Unguided LLM Debate: 3× Token Cost, Lower Accuracy
Three independently-authored arXiv papers published on May 5 deliver a unified verdict against unguided multi-agent LLM debate: it consistently matches or underperforms isolated self-correction on accuracy while consuming 2.1–3.4× more tokens. The findings directly challenge the widespread "council of agents" assumption — that peer review among LLMs filters errors rather than amplifying them.

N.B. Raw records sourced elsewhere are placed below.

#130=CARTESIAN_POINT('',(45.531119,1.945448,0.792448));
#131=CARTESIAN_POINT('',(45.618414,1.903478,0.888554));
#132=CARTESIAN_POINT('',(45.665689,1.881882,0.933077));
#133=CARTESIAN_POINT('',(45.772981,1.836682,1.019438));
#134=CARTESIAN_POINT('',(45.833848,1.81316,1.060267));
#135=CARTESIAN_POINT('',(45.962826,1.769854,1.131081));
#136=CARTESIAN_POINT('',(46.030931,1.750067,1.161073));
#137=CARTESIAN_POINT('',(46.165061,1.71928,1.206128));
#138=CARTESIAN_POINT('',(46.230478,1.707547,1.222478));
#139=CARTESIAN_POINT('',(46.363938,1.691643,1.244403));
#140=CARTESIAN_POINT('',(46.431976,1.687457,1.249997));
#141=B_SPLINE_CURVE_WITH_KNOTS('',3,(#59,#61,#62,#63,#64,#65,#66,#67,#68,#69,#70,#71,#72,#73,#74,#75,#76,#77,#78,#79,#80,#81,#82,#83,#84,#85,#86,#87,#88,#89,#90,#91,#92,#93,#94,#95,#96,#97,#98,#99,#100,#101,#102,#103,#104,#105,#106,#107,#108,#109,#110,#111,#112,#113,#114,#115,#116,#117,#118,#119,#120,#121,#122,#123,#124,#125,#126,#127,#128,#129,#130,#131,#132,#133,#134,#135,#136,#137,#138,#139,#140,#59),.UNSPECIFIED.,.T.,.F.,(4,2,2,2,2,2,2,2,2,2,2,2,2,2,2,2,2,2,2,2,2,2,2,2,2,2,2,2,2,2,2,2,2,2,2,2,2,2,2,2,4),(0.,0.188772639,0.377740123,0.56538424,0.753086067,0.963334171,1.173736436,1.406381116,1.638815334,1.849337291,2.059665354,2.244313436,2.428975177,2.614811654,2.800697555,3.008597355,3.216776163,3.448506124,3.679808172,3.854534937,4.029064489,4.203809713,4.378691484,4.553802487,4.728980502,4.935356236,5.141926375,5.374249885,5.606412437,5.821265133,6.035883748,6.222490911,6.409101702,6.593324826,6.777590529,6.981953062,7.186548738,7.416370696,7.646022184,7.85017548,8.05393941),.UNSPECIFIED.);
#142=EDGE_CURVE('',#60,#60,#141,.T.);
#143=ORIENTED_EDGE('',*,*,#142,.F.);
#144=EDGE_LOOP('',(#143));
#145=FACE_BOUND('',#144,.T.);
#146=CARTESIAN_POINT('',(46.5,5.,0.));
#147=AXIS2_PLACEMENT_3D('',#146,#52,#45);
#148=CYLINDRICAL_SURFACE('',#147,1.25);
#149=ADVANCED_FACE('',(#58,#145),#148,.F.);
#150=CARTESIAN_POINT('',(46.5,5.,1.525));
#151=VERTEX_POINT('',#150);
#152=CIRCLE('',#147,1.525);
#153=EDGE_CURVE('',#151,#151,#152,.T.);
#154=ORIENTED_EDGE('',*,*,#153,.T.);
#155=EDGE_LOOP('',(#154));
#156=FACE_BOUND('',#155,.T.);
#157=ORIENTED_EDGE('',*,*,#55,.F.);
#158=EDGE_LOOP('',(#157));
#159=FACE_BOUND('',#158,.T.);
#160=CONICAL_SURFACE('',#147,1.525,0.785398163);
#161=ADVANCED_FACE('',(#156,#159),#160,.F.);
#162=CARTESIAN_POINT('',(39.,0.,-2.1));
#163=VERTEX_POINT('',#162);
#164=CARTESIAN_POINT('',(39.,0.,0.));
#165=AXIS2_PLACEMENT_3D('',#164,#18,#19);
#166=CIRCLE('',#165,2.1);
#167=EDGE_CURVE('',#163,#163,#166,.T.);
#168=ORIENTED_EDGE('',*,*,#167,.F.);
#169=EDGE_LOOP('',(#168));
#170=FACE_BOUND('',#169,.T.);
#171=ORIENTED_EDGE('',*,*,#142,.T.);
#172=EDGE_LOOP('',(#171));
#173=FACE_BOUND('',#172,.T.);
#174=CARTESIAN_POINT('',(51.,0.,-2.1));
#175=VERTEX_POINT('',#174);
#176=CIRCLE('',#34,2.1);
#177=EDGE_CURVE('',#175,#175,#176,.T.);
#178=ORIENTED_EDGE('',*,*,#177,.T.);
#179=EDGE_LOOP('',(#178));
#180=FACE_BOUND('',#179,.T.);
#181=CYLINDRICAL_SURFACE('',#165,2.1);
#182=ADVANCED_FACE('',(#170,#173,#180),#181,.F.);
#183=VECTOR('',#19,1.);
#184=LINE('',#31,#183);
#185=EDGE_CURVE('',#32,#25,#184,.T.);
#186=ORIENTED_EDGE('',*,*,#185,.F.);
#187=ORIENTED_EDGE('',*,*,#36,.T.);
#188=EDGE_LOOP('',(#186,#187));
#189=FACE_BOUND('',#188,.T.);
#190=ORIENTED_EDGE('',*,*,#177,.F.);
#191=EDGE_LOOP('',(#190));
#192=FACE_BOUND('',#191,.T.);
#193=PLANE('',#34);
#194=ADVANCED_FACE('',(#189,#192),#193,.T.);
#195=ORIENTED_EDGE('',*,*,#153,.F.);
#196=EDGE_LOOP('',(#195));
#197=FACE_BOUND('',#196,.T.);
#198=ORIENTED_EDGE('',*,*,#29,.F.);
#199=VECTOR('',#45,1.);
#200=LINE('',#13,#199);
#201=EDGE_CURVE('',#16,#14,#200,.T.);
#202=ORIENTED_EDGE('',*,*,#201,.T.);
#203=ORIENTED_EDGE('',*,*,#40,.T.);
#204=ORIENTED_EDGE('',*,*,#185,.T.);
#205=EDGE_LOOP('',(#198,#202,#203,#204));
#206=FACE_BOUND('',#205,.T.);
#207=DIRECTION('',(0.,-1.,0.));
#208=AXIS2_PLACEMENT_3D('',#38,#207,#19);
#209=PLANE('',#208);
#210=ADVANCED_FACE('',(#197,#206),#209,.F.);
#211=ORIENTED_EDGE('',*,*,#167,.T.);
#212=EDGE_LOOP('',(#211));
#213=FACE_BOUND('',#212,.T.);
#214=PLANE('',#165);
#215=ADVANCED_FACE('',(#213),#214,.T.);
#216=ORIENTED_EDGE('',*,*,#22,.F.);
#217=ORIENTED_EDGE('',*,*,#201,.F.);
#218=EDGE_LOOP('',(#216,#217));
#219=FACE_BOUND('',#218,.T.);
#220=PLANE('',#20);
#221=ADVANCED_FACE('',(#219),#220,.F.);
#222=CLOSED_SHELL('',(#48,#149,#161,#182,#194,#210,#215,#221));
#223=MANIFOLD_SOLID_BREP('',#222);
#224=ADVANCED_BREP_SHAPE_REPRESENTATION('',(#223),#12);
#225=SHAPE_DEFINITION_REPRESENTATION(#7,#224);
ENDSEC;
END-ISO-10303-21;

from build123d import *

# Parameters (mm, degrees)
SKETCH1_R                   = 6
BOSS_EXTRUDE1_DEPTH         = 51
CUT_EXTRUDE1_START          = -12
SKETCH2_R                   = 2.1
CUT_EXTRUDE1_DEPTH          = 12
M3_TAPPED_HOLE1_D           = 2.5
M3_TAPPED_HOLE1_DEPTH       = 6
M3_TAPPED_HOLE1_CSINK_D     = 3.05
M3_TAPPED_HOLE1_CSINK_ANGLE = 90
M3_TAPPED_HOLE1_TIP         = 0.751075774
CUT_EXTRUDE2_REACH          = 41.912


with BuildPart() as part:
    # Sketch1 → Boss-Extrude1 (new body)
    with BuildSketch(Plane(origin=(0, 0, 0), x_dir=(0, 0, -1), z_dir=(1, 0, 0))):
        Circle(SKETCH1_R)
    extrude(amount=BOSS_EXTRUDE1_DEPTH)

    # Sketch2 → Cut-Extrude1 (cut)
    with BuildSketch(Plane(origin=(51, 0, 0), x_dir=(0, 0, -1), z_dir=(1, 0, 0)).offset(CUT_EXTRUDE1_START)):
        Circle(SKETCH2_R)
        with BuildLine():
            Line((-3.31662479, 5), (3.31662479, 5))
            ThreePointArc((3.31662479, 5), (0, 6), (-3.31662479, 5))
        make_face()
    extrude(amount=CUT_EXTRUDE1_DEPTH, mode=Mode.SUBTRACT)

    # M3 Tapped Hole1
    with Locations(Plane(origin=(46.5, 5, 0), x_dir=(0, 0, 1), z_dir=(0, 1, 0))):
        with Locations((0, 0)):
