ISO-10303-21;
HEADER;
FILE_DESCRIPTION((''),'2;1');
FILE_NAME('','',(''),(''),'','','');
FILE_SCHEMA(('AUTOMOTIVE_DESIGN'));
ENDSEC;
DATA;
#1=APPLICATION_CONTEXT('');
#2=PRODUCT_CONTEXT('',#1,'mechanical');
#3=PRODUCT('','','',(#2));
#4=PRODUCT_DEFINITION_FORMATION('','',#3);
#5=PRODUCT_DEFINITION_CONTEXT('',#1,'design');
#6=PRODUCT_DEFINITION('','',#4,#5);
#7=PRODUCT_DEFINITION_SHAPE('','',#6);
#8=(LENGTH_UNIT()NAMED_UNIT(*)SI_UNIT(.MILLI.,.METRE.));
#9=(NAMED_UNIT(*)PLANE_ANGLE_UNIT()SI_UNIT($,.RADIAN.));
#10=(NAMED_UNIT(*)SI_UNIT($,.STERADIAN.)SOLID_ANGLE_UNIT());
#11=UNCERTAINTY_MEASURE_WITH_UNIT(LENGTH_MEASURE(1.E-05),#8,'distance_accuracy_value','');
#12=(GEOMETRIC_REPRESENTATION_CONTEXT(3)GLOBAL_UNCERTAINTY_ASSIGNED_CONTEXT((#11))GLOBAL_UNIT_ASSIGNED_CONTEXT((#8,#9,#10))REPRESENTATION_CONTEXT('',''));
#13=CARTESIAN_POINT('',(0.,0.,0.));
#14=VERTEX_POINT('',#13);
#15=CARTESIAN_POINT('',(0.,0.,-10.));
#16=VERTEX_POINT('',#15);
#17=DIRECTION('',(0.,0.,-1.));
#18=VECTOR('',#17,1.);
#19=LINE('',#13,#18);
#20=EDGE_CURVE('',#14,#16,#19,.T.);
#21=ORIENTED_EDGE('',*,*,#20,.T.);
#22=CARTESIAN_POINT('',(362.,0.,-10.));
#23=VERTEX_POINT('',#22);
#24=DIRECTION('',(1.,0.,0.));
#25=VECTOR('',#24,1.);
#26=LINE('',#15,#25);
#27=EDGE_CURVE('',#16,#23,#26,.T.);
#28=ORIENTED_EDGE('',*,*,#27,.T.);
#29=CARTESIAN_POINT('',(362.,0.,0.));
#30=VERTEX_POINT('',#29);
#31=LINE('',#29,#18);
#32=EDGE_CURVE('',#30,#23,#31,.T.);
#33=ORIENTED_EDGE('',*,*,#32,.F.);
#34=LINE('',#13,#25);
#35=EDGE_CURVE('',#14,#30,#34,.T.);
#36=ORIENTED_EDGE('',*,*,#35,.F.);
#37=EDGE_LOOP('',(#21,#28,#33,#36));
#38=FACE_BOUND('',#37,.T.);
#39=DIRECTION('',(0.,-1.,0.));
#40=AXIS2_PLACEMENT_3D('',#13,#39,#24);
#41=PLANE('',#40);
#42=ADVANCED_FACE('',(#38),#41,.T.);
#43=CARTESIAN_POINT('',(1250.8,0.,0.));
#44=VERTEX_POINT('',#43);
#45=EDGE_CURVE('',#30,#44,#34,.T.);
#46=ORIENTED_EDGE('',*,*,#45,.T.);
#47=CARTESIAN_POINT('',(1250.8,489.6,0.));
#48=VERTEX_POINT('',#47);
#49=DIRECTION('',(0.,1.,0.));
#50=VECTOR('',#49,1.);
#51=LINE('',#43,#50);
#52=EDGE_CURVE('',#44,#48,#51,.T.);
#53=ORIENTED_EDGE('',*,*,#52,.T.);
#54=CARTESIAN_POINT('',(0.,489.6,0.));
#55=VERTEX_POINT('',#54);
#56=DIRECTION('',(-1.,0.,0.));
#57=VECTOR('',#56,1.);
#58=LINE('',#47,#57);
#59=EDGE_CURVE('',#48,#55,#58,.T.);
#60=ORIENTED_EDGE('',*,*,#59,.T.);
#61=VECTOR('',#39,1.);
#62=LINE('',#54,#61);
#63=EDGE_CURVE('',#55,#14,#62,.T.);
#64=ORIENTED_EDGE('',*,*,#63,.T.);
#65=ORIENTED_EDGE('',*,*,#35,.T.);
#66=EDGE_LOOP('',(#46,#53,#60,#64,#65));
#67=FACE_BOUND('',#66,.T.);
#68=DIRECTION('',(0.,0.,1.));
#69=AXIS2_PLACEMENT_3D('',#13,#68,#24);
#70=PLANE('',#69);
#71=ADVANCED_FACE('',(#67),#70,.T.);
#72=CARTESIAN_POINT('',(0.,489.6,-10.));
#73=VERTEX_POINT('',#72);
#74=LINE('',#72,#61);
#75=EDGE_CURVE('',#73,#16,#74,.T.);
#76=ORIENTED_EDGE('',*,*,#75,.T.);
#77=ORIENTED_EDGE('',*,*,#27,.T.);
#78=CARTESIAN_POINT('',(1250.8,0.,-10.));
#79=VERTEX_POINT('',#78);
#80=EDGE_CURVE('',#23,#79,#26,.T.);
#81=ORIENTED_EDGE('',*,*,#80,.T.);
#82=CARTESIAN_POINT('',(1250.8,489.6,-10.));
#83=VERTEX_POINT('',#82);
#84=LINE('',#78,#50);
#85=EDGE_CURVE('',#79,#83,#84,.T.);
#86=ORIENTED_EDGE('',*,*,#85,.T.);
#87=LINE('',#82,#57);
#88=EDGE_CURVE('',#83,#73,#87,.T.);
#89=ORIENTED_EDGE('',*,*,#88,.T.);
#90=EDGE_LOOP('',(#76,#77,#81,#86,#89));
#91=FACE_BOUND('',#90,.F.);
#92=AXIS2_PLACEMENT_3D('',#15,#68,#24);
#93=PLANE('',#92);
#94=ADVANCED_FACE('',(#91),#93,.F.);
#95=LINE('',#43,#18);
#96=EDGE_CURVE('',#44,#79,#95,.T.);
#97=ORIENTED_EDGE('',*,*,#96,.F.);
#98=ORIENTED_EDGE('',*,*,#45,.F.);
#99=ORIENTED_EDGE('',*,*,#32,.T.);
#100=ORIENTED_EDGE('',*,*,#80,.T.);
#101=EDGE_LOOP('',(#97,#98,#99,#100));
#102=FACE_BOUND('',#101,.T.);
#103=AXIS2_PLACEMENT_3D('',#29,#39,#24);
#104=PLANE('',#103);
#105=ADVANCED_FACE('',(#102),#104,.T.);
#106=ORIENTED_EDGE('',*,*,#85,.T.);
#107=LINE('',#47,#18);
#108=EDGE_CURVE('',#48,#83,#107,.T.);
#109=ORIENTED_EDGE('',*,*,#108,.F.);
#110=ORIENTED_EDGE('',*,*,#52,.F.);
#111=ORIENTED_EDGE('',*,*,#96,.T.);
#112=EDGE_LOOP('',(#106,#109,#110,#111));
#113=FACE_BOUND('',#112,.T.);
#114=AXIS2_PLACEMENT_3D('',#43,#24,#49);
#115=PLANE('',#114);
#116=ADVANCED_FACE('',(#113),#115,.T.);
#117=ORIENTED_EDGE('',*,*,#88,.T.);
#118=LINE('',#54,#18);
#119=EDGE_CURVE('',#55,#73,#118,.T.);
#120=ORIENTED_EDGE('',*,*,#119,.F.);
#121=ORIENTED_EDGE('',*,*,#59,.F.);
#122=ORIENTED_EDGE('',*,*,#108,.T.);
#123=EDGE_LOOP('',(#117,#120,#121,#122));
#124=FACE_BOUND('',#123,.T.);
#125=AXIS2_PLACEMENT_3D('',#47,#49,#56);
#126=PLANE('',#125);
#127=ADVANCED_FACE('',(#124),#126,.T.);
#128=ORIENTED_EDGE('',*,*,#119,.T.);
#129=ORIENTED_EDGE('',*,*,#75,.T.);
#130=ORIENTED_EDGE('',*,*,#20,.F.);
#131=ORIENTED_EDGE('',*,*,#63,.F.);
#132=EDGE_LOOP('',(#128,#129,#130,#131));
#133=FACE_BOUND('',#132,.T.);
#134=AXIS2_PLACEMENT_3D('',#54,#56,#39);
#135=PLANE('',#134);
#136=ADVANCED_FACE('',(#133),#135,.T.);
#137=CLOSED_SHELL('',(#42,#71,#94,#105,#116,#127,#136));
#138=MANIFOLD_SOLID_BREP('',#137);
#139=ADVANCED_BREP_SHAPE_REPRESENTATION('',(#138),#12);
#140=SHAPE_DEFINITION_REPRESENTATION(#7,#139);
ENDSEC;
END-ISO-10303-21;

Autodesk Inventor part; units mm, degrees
ref_plane "YZ Plane" through (0, 0, 0) normal (1, 0, 0) x (0, 1, 0)
ref_plane "XZ Plane" through (0, 0, 0) normal (0, 1, 0) x (-1, 0, 0)
ref_plane "XY Plane" through (0, 0, 0) normal (0, 0, 1) x (1, 0, 0)
sketch "Sketch1" plane through (0, 0, 0) normal (0, 0, 1) x (1, 0, 0)
  line L0 (1250.8, 0) -> (1250.8, 489.6)
  line L1 (1250.8, 489.6) -> (0, 489.6)
  line L2 (0, 489.6) -> (0, 0)
  line L3 (0, 0) -> (362, 0)
  line L4 (0, 0) -> (1250.8, 0)
  dimension "d0" = 1250.8
  dimension "d1" = 489.6
extrude "Extrusion1" add sketch "Sketch1" against normal blind 10
properties part number "Acrilico1_Prensa" material "PMMA Plastic"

What the Source Actually Says
"The Cost of Consensus" (Bertalanič & Fortuna, arXiv:2605.00914) ran teams of 10 homogeneous agents — Qwen2.5-7B, Llama-3.1-8B, and Ministral-3-8B — through 3 debate rounds on GSM-Hard and MMLU-Hard. The study isolates three measurable failure pathways. Sycophantic conformity: agents uncritically adopt majority answers, with modal adoption reaching 85.5%. Contextual fragility: peer rationales destabilize previously correct reasoning, with vulnerability rates up to 70%. Consensus collapse: plurality voting discards answers already present in the pool, with an oracle gap of up to 32.3 percentage points — meaning the correct answer existed but got voted out. A critical counter-intuitive finding: conformity peaks at minimal peer exposure (K=2) and intensifies with greater initial diversity. The cheapest debate topology is the most damaging. Token cost reaches up to 28,631 per problem versus far less for self-correction.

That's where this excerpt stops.